25 An adequate answer requires a re-studying of the history of organized labour. We already possess information on factors militating for or against the growth of unions, but we lack information on factors determining the ability of a union to control wage rates. More generally, we lack information on the relation of union growth and power to imperfections in competition which on theoretical grounds we should expect to contribute significantly to union power. The point in mentioning this lack is to indicate the great research opportunities in this area.
26 If these developments in union organization and control take place, it is essential that we re-think the relation of government to business, and as a matter of fact reconsider the very concepts themselves. If it were possible for a society simply to discard words that have (become troublesome through their inaccuracy, a good case could be made for discarding the words “government” and “business.” The rather sharp distinction between government and business is a product of the rise of laissez-faire. Business and political institutions were closely merged in the Middle Ages; later ithan that, such organizations as the British East India Company represented a combination, of political and business functions in one institutional arrangement. With the development of the price system, it was possible for government to throw off certain public functions such as the determination of what was to be produced and how it was to be distributed, since, through the operation of a pricing mechanism, these public functions could be administered with public control but without the instrumentalities of the political state. Under these circumstances the function of government was to govern, to lay down rules, to provide for law and order. Many of the functions of government today are business functions, and it is thus no longer correct to say that the almost exclusive function of government is to govern.
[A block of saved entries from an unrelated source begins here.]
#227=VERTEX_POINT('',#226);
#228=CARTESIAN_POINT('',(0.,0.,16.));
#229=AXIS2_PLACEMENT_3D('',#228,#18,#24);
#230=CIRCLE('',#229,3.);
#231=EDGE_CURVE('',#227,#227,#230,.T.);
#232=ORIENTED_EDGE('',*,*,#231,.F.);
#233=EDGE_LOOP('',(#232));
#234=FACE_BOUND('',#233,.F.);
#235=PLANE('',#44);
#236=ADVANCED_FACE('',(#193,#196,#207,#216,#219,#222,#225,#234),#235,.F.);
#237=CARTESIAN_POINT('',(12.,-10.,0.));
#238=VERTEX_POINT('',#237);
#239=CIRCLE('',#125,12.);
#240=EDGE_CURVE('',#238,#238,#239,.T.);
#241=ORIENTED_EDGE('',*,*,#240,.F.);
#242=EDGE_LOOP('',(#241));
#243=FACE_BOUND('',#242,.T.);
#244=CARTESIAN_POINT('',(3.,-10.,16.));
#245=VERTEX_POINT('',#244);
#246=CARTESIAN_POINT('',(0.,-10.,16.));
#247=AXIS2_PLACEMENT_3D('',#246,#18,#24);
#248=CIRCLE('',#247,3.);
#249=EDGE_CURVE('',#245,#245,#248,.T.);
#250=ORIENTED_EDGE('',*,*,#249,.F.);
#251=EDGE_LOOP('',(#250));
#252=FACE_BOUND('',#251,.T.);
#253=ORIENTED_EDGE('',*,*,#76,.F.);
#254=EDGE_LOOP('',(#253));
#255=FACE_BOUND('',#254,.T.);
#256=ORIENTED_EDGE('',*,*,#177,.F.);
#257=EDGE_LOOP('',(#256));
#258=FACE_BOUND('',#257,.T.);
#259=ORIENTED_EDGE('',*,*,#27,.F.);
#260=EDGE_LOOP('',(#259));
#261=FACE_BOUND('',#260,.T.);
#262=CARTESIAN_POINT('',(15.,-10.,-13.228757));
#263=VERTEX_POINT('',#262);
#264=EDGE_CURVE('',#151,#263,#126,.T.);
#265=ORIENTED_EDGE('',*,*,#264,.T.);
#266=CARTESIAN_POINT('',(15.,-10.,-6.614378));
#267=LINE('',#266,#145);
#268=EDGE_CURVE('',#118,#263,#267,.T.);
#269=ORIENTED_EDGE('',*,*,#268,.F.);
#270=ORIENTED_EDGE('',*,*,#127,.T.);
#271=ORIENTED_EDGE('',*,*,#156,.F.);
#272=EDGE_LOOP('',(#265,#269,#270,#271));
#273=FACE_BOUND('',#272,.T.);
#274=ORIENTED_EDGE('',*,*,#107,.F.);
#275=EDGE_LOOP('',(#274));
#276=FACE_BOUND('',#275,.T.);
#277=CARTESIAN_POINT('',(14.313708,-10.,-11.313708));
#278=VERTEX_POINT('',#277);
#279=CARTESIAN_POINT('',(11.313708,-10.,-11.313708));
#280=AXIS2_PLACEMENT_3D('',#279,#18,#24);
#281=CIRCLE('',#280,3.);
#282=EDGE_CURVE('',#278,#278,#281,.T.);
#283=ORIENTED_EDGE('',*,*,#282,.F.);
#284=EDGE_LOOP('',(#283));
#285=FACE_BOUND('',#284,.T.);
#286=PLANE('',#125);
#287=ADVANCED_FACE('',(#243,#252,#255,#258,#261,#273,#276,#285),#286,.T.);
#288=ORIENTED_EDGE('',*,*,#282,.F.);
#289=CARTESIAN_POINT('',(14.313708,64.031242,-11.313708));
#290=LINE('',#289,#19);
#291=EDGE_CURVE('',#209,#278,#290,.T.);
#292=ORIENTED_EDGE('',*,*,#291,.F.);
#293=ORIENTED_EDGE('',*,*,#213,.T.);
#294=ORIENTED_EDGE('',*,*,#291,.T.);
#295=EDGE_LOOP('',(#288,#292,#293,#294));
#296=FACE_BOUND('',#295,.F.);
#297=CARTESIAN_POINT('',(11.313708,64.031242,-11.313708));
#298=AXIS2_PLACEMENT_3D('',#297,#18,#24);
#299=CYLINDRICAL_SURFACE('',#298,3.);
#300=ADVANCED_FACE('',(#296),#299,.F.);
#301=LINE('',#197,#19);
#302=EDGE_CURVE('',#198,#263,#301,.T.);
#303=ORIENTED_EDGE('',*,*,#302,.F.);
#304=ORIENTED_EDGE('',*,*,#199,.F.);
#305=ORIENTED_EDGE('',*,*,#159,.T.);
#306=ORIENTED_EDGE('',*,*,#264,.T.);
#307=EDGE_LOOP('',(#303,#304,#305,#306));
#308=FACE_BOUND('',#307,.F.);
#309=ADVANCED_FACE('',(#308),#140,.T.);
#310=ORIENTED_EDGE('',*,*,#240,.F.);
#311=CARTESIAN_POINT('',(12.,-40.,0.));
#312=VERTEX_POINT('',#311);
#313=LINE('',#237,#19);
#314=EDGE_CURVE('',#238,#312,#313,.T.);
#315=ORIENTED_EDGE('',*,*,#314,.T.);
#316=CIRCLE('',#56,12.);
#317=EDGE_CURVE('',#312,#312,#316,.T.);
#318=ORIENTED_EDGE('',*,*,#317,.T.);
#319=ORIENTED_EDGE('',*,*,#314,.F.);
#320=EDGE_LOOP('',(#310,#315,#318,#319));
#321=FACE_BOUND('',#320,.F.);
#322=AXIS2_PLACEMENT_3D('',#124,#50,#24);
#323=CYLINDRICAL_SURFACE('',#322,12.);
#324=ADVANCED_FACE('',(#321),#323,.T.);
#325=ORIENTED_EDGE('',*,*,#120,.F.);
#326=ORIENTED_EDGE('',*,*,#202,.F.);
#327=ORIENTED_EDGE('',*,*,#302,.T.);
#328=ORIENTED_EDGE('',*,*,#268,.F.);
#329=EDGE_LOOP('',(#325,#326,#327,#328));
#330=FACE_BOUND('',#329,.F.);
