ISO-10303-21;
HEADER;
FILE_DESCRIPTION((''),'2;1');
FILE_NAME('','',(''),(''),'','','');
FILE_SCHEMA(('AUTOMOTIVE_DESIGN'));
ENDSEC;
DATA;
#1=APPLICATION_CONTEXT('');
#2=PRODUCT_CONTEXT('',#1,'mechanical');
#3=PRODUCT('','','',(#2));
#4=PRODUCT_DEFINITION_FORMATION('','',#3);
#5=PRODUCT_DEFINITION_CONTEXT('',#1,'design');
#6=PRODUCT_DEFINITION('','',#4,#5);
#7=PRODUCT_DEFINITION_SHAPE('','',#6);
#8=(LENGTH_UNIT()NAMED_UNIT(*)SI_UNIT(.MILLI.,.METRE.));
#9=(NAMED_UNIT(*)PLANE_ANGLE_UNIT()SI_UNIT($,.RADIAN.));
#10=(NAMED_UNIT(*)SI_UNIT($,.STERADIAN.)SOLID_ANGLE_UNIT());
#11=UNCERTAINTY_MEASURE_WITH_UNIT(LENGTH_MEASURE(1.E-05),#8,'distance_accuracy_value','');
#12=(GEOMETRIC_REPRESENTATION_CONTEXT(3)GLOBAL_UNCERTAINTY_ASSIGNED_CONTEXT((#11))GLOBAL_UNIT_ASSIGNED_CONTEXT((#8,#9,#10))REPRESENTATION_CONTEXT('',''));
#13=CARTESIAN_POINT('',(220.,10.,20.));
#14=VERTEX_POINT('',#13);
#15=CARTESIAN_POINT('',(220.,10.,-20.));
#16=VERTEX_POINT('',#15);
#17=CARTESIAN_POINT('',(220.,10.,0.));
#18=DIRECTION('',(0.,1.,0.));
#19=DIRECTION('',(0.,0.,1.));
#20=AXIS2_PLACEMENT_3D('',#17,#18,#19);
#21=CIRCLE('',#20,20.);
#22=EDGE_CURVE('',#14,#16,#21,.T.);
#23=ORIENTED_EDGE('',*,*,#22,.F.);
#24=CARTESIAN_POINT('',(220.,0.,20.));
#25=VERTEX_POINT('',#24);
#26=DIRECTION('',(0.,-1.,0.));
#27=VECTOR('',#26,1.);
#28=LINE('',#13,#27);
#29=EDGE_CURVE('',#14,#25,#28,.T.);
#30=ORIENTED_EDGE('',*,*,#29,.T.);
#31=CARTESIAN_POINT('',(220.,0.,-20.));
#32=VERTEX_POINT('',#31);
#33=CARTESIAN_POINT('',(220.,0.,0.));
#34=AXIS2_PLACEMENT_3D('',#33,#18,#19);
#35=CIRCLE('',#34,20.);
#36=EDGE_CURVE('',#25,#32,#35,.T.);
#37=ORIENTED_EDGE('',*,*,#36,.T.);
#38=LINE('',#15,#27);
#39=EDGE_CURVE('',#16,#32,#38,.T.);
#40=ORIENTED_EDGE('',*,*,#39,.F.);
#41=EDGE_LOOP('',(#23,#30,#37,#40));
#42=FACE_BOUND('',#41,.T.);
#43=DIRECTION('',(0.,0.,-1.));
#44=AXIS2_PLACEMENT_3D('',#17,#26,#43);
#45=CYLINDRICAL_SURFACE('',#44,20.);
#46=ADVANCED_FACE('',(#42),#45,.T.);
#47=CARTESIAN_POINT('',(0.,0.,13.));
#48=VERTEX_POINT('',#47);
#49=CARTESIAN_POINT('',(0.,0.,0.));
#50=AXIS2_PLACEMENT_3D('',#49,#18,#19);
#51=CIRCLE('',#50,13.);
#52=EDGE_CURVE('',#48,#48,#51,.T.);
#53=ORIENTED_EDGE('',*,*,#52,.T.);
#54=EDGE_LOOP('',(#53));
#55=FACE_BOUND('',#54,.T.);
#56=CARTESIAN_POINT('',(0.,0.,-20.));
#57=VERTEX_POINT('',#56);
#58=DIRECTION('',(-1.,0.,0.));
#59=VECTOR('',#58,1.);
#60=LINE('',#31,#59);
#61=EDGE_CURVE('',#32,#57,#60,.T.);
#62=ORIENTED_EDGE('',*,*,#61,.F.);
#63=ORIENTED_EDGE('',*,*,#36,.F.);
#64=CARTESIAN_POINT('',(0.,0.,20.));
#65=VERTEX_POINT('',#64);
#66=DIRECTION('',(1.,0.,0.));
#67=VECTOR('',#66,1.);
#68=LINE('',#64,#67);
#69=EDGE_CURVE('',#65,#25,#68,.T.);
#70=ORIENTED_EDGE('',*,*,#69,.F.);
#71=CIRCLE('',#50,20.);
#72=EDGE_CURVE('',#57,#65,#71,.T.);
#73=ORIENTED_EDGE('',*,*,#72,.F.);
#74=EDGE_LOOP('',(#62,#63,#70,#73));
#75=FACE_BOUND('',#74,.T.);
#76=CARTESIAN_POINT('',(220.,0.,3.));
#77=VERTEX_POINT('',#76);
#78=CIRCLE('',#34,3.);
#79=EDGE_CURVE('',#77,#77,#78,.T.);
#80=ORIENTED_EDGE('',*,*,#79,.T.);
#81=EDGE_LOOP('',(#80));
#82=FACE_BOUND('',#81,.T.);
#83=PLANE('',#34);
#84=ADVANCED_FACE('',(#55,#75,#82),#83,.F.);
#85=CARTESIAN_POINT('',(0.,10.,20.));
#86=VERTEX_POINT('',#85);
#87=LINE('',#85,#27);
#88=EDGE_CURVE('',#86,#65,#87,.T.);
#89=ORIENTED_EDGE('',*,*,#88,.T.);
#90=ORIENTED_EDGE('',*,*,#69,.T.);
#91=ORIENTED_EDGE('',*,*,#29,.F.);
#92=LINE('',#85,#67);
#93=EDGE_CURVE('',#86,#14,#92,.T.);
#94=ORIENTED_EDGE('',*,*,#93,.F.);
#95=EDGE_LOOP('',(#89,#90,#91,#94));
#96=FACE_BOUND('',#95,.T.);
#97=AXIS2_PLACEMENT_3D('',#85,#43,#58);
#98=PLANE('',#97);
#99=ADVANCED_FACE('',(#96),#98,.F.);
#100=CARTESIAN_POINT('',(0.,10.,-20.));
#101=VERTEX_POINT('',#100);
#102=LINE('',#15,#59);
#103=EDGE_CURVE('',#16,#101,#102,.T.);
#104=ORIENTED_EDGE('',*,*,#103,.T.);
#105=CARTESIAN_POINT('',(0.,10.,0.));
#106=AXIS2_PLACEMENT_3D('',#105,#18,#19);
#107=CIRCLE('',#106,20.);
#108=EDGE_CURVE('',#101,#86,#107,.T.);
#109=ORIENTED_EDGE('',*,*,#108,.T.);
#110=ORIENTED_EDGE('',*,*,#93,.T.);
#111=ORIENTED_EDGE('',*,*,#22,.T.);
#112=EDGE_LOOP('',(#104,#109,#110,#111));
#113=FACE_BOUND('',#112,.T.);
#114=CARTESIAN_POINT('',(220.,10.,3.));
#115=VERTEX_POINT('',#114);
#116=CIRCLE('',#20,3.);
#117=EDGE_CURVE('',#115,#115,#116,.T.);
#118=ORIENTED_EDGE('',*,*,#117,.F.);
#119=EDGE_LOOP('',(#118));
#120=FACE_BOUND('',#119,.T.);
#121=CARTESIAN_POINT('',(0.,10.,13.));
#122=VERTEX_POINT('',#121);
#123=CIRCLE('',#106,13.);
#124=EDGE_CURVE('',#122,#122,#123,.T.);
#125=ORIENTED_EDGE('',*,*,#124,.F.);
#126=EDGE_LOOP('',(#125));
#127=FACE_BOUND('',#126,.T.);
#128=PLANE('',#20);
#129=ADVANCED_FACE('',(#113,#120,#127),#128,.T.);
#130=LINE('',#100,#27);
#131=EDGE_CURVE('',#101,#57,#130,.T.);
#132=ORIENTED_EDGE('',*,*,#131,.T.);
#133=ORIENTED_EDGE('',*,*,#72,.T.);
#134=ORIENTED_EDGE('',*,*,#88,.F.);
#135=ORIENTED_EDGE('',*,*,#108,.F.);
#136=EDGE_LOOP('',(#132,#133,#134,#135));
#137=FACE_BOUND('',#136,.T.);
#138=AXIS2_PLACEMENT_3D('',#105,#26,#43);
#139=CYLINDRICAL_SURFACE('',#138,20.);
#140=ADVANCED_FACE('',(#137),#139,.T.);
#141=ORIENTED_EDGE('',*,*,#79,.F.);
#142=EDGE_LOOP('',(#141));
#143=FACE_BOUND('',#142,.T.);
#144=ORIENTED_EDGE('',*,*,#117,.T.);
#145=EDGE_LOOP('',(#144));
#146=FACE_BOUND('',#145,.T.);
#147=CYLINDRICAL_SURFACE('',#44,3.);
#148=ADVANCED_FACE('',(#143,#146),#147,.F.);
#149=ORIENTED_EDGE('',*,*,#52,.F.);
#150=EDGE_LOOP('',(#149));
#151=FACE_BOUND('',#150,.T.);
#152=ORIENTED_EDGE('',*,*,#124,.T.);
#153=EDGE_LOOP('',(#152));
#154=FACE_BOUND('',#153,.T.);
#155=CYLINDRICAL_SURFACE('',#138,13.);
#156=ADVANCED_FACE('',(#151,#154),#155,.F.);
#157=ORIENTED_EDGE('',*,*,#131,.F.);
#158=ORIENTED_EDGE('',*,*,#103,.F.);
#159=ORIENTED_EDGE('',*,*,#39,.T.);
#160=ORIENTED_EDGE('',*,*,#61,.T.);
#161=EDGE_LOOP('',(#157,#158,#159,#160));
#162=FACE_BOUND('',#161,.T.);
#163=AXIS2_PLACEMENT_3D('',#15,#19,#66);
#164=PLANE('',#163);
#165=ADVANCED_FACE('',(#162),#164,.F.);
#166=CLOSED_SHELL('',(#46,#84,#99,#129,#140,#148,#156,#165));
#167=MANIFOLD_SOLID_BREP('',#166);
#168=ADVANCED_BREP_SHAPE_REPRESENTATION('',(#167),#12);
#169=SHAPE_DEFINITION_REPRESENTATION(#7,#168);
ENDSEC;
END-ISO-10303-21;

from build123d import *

# Parameters (mm, degrees)
SKETCH1_R           = 13
SKETCH1_R_2         = 3
BOSS_EXTRUDE1_DEPTH = 10


with BuildPart() as part:
    # Sketch1 → Boss-Extrude1 (new body)
    with BuildSketch(Plane(origin=(0, 0, 0), x_dir=(1, 0, 0), z_dir=(0, 1, 0))):
        with BuildLine():
            Line((220, 20), (0, 20))
            ThreePointArc((0, 20), (-20, 0), (0, -20))
            Line((0, -20), (220, -20))
            ThreePointArc((220, -20), (240, 0), (220, 20))
        make_face()
        Circle(SKETCH1_R, mode=Mode.SUBTRACT)
        with Locations((220, 0)):
            Circle(SKETCH1_R_2, mode=Mode.SUBTRACT)
    extrude(amount=BOSS_EXTRUDE1_DEPTH)


solid = part.part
On the other hand, imperfections of competition have permitted business organizations (including unions) to free themselves to a significant degree from the public controls embodied in the pricing mechanism and thus to establish, sometimes through property rights and sometimes through the coercive powers of unionism, what can be described as political controls. I think it is fair to say that rules handed down by companies or unions regulating social relationships and liberties on the job involve political decisions and powers. For that matter, when any agency in the market place becomes so powerful as to exercise discretionary control over the volume of employment, perhaps we should grant that it possesses what we should ordinanily call governing power or political power. These similarities and distinctions are, of course, immensely more subtle than this brief note suggests.
27 As an appendix to these suggestions on public policy, I should like to make an observation on a relevant issue of political theory. It will be objected that the growth of government control over organized labour means the end of the “free labour movement.” In the opinion of many, this is a catastrophe. I should like to suggest, however, that when an organization takes on political functions, as unions have done, our concern is with establishing responsibility in the exercise of that political power rather than in maintaining freedom from responsibility, which is what some advocates of a “free labour movement” mean. We frequently speak of a free country or a free government. What we mean is that government is held in check, not that its officials are free to do as they wish. Likewise, we have every reason to speak of a genuinely free labour movement if we establish its responsibility to the public when it exercises public functions.